Cameron Grant, left, pressures Sean Pineda in the corner during a team scrimmage of the North Island Eagles bantam hockey squad on the final day of tryouts Saturday.

Cameron Grant, left, pressures Sean Pineda in the corner during a team scrimmage of the North Island Eagles bantam hockey squad on the final day of tryouts Saturday.

Rep hockey under way

Strong turnout means four competitive-level squads for this year's Eagles.

PORT HARDY—When Andrew Laming agreed to take on the post of head coach for the North Island Eagles rep hockey program, he figured he’d landed a fairly cushy gig.

That all changed this summer when nearly 80 North Island youth hockey players turned out for spots on four competitive teams.

“When I took on the job, the talk was we’d have one rep team — maybe,” said Laming. “We’re off to a good start.”

The large and, frankly, surprising, turnout means the Eagles will field all four competitive-level squads — midget, bantam, peewee and atom development — for just the second time in five years.

Two weeks of tryouts wrapped up at Don Cruickshank Memorial Arena in Port Hardy last weekend, and the first round of “tiering” games, to determine competitive divisions for the coming season.

Play begins this Saturday when the peewees host Comox at 12:15 p.m. and the bantams host Victoria at 2:30, both games in Port Hardy.

The Eagles draw players from the Port Alice, Port Hardy and Port McNeill minor hockey associations, which has included players from Woss, Sointula and, in recent years, an increasing turnout from Alert Bay.

Because of the uncertainly of turnout in the weeks leading up to tryouts, coaching slots for the upper age groups were only finalized in the days leading up to the start of practices. Dan Slater, a first-time rep coach, takes the helm for the midgets, though he has experienced support from D’arcy Deacon of Port Hardy and former rep midget assistant Rob Brittain of Port McNeill.

Ray Bono of Port McNeill steps in as head coach of an intriguing atom development club. With six returning players from last year’s surprising newcomer team and the addition of several skilled first-years making the leap from the novice level, the atoms shape up as impact players in Vancouver Island’s recreation division.

Marty Gage of Port Hardy moves up from atom coach to lead the peewees this season. He’ll keep six standouts from his 2012-13 atom development club, most of whom played on a successful spring traveling team from Vancouver Island, to mix with returning second-year players from last year’s peewee team.

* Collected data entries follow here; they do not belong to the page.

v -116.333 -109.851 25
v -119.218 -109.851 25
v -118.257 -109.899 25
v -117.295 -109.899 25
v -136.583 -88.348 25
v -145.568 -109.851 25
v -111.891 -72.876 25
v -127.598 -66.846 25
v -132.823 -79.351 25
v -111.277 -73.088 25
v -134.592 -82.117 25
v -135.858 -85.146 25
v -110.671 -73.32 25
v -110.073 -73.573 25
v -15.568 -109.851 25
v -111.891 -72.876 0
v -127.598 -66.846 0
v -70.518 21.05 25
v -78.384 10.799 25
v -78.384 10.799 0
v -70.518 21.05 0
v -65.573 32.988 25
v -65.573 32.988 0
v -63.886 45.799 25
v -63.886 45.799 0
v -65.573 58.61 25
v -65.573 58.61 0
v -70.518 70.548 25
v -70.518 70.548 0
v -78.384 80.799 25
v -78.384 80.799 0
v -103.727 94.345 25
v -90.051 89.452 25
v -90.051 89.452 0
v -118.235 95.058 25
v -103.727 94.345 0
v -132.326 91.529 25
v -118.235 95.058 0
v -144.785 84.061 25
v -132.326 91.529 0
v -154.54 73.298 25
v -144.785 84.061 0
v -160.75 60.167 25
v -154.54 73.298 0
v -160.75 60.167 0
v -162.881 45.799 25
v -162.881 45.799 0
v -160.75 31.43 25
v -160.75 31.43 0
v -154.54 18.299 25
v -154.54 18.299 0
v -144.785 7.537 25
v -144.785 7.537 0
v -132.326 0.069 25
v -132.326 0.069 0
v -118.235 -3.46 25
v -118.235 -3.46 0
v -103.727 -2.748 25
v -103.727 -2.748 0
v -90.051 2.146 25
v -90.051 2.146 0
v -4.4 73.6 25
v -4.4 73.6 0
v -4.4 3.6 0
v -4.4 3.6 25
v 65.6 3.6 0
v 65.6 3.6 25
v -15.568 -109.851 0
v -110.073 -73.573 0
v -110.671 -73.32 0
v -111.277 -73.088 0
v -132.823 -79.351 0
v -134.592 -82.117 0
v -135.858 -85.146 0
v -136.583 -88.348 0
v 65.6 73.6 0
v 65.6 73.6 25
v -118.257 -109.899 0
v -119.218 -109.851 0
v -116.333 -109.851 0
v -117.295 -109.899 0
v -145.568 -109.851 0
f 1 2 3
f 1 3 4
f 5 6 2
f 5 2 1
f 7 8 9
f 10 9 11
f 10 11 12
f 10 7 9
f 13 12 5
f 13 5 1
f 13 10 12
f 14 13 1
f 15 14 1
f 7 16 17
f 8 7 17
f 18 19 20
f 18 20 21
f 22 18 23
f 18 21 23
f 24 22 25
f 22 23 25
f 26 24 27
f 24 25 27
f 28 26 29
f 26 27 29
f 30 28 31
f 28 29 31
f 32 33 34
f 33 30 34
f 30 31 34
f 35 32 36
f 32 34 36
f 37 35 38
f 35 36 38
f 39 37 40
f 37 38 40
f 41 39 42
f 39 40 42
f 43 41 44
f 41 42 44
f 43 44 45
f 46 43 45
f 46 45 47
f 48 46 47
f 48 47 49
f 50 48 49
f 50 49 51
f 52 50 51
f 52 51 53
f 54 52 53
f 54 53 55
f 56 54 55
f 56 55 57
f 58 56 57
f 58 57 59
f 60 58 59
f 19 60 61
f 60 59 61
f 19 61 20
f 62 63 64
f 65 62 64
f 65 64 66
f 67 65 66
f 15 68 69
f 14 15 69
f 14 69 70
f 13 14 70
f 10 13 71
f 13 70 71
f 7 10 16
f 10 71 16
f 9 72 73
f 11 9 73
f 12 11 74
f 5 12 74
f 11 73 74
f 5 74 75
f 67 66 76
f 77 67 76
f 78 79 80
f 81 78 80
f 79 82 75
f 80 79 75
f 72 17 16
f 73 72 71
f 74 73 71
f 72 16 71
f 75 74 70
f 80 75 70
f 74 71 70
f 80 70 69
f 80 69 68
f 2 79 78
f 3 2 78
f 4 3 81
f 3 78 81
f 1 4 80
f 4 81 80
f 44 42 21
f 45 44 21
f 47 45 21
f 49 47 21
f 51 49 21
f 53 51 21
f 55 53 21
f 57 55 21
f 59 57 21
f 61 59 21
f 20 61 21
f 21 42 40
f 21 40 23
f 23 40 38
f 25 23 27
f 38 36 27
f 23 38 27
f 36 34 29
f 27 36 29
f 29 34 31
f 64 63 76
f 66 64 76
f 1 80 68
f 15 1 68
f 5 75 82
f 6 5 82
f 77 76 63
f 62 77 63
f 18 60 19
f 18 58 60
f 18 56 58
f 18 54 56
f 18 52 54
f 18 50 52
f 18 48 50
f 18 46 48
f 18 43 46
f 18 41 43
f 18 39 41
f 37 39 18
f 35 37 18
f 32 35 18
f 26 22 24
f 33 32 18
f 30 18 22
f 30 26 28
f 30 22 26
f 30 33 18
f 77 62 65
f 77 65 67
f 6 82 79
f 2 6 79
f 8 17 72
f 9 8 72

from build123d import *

# Parameters (mm, degrees)
F0_W     = 70
F0_H     = 70
F1_DEPTH = 25


with BuildPart() as f1:
    # F0 (on Top) → F1 (new body)
    with BuildSketch(Plane.XY):
        with BuildLine():
            Line((-78.383885622, 80.7988221571), (-78.383885622, 10.7988221571))
            ThreePointArc((-78.383885622, 10.7988221571), (-67.6541818514, 26.856958652), (-63.886410939, 45.7988221571))
            ThreePointArc((-63.886410939, 45.7988221571), (-67.6541818514, 64.7406856622), (-78.383885622, 80.7988221571))
        make_face()
        with BuildLine():
            ThreePointArc((-148.383885622, 80.7988221571), (-162.8813603051, 45.7988221571), (-148.383885622, 10.7988221571))
            Line((-148.383885622, 10.7988221571), (-148.383885622, 80.7988221571))
        make_face()
        with BuildLine():
            Line((-148.383885622, 80.7988221571), (-78.383885622, 80.7988221571))
            ThreePointArc((-78.383885622, 80.7988221571), (-113.383885622, 95.2962968401), (-148.383885622, 80.7988221571))
        make_face()
        with BuildLine():
            ThreePointArc((-148.383885622, 10.7988221571), (-113.383885622, -3.698652526), (-78.383885622, 10.7988221571))
            Line((-78.383885622, 10.7988221571), (-148.383885622, 10.7988221571))
        make_face()
        with Locations((-113.383885622, 45.7988221571)):
            Rectangle(F0_W, F0_H)
    extrude(amount=F1_DEPTH)


with BuildPart() as f1b:
    # F0 (on Top) → F1, piece 2 (new body)
    with BuildSketch(Plane.XY):
        with BuildLine():
            Line((-136.5828293554, -88.3484685186), (-145.5680037656, -109.8505454913))
            Line((-145.5680037656, -109.8505454913), (-119.2181130045, -109.8505454913))
            ThreePointArc((-119.2181130045, -109.8505454913), (-132.5437753501, -102.8493614933), (-136.5828293554, -88.3484685186))
        make_face()
        with BuildLine():
            ThreePointArc((-98.793231582, -90.9229317547), (-103.8524497559, -103.8255462187), (-116.3333364352, -109.8505454913))
            Line((-116.3333364352, -109.8505454913), (-15.5680037656, -109.8505454913))
            Line((-15.5680037656, -109.8505454913), (-110.0732525797, -73.5733793495))
            ThreePointArc((-110.0732525797, -73.5733793495), (-101.8611532479, -80.5758809385), (-98.793231582, -90.9229317547))
        make_face()
        with BuildLine():
            Line((-127.5976549453, -66.8463915459), (-132.8228365818, -79.3505737261))
            ThreePointArc((-132.8228365818, -79.3505737261), (-123.385238193, -72.7882025226), (-111.8906605133, -72.8757418068))
            Line((-111.8906605133, -72.8757418068), (-127.5976549453, -66.8463915459))
        make_face()
        with BuildLine():
            ThreePointArc((-136.5828293554, -88.3484685186), (-132.5437753501, -102.8493614933), (-119.2181130045, -109.8505454913))
            Line((-119.2181130045, -109.8505454913), (-116.3333364352, -109.8505454913))
            ThreePointArc((-116.3333364352, -109.8505454913), (-103.8524497559, -103.8255462187), (-98.793231582, -90.9229317547))
            ThreePointArc((-98.793231582, -90.9229317547), (-101.8611532479, -80.5758809385), (-110.0732525797, -73.5733793495))
            Line((-110.0732525797, -73.5733793495), (-111.8906605133, -72.8757418068))
            ThreePointArc((-111.8906605133, -72.8757418068), (-123.385238193, -72.7882025226), (-132.8228365818, -79.3505737261))
            Line((-132.8228365818, -79.3505737261), (-136.5828293554, -88.3484685186))
        make_face()
        with BuildLine():
            Line((-116.3333364352, -109.8505454913), (-119.2181130045, -109.8505454913))
            ThreePointArc((-119.2181130045, -109.8505454913), (-117.7757247198, -109.9054248925), (-116.3333364352, -109.8505454913))
        make_face()
        with BuildLine():
            ThreePointArc((-110.0732525797, -73.5733793495), (-110.9730075768, -73.2012477151), (-111.8906605133, -72.8757418068))
            Line((-111.8906605133, -72.8757418068), (-110.0732525797, -73.5733793495))
        make_face()
        with BuildLine():
            ThreePointArc((-132.8228365818, -79.3505737261), (-135.2905048024, -83.603947919), (-136.5828293554, -88.3484685186))
            Line((-136.5828293554, -88.3484685186), (-132.8228365818, -79.3505737261))
        make_face()
    extrude(amount=F1_DEPTH)


with BuildPart() as f1c:
    # F0 (on Top) → F1, piece 3 (new body)
    with BuildSketch(Plane.XY):
        with BuildLine():
            Line((-4.3995198794, 73.5996038932), (-4.3995198794, 38.5996038932))
            ThreePointArc((-4.3995198794, 38.5996038932), (5.8517427791, 63.3483412348), (30.6004801206, 73.5996038932))
            Line((30.6004801206, 73.5996038932), (-4.3995198794, 73.5996038932))
        make_face()
        with BuildLine():
            ThreePointArc((30.6004801206, 73.5996038932), (55.3492174622, 63.3483412348), (65.6004801206, 38.5996038932))
            Line((65.6004801206, 38.5996038932), (65.6004801206, 73.5996038932))
            Line((65.6004801206, 73.5996038932), (30.6004801206, 73.5996038932))
        make_face()
        with BuildLine():
            Line((-4.3995198794, 3.5996038932), (30.6004801206, 3.5996038932))
            ThreePointArc((30.6004801206, 3.5996038932), (5.8517427791, 13.8508665517), (-4.3995198794, 38.5996038932))
            Line((-4.3995198794, 38.5996038932), (-4.3995198794, 3.5996038932))
        make_face()
        with BuildLine():
            Line((30.6004801206, 3.5996038932), (65.6004801206, 3.5996038932))
            Line((65.6004801206, 3.5996038932), (65.6004801206, 38.5996038932))
            ThreePointArc((65.6004801206, 38.5996038932), (55.3492174622, 13.8508665517), (30.6004801206, 3.5996038932))
        make_face()
        with BuildLine():
            ThreePointArc((-4.3995198794, 38.5996038932), (5.8517427791, 13.8508665517), (30.6004801206, 3.5996038932))
            ThreePointArc((30.6004801206, 3.5996038932), (55.3492174622, 13.8508665517), (65.6004801206, 38.5996038932))
            ThreePointArc((65.6004801206, 38.5996038932), (55.3492174622, 63.3483412348), (30.6004801206, 73.5996038932))
            ThreePointArc((30.6004801206, 73.5996038932), (5.8517427791, 63.3483412348), (-4.3995198794, 38.5996038932))
        make_face()
    extrude(amount=F1_DEPTH)


solid = Compound([f1.part, f1b.part, f1c.part])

The team that may have been the biggest question mark coming into the current season, is the 13-14-year-old bantams. The team will be coached by Boni Sharpe of Port McNeill, who has coached an all-girls Tri-Port team for the past two years — first as peewees in 2011-12 and then as bantams last season. She had planned to coach her core group of five North Island bantam girls on a North Island squad filled with players from elsewhere on the Island and Lower Mainland, but the loss of several Powell River players due to unworkable ferry schedules shut down her proposed girls team.

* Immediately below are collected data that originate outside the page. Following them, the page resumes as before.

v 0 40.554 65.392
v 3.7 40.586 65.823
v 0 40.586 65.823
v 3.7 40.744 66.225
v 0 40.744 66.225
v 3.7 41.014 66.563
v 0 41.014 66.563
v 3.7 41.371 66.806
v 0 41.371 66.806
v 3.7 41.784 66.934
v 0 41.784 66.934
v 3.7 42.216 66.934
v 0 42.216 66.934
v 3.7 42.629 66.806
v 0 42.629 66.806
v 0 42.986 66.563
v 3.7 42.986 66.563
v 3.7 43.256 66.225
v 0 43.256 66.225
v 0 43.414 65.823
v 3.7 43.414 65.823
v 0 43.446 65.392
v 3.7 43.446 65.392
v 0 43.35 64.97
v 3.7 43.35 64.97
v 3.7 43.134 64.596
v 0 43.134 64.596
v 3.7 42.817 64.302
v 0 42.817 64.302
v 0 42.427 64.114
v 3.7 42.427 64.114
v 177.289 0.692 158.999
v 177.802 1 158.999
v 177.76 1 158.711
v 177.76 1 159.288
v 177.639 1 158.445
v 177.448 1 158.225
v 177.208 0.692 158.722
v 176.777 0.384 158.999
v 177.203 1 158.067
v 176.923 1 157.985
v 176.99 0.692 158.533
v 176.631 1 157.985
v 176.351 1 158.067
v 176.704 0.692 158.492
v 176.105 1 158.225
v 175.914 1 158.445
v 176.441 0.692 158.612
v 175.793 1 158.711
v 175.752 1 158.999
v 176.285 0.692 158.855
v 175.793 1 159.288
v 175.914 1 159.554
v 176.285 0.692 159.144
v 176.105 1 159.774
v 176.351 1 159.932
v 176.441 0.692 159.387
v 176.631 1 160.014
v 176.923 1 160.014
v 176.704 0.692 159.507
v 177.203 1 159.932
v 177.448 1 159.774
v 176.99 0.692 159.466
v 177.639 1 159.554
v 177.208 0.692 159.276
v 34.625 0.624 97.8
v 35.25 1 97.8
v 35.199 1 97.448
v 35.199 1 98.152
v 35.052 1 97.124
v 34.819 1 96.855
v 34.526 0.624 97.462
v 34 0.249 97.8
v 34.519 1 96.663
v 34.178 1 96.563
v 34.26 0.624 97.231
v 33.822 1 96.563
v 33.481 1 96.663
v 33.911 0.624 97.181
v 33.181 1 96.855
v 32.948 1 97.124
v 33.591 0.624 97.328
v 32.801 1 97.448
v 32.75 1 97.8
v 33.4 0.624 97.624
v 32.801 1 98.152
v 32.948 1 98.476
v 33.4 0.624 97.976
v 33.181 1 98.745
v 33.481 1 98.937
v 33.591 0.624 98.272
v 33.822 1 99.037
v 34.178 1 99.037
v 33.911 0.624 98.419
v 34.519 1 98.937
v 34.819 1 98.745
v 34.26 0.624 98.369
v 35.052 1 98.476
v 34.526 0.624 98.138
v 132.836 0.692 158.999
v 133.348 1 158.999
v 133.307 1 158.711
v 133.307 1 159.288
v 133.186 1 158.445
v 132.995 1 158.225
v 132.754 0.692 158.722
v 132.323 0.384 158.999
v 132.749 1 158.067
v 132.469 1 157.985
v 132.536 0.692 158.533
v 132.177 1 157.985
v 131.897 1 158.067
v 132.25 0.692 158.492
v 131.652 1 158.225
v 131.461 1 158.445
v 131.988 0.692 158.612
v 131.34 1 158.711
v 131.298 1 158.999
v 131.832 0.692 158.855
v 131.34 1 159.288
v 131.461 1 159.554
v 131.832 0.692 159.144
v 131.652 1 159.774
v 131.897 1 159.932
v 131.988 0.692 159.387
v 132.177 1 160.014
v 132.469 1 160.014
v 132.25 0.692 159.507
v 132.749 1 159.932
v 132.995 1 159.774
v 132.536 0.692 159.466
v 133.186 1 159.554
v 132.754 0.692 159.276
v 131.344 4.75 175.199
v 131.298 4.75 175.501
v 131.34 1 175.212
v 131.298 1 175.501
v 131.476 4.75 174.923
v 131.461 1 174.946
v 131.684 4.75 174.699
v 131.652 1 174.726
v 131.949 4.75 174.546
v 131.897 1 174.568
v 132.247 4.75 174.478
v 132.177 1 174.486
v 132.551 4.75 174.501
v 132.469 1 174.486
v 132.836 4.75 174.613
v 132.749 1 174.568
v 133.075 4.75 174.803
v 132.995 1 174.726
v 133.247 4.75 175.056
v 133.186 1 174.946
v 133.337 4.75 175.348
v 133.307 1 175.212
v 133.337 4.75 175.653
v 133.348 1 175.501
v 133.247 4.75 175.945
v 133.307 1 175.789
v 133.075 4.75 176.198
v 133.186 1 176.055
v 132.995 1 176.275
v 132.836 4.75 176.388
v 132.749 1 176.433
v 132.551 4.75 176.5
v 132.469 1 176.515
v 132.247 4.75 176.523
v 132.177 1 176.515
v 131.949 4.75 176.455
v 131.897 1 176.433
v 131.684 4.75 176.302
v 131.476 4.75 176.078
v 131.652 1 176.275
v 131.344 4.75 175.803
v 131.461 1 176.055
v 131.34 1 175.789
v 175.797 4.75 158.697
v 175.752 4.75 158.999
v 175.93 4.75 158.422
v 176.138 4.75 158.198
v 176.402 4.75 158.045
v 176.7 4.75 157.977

Instead, the five local girls tried out for — and made — the Eagles bantam team, which did not compete last year due to low turnout at tryouts.

“If my girls couldn’t play on their own team, I wanted them to have a chance to keep their skills up at a competitive level,” said Sharpe. “I encouraged them to try out, and they all made the (bantam) team.

“We’re sort of a mixed bag of beans.”

The Eagles bantams are a blend of the aforementioned girls — Emma Mitchell, Kerrigan Sharpe and Mercedes Trevor of Port McNeill and Rebecca Spafford and Tiffany Watson of Port Alice — several second-year bantams whose last experience with contact hockey came as peewees with the Eagles two years ago, and a number of first-year bantams seeing contact hockey for the first time.

“It’s rare, but not unprecedented, for a woman to coach at this level,” Laming said, noting the posting of Port McNeill’s Liza Furney as an Eagles coach in the 2007-08 season. “There’s going to be a huge learning curve for those (bantam) kids, and a huge learning curve for the coaching staff.

“But that’s our goal across the association. We want to make it a learning experience for all the kids, but also to keep it fun. We want to make it so no kid wants to quit hockey.”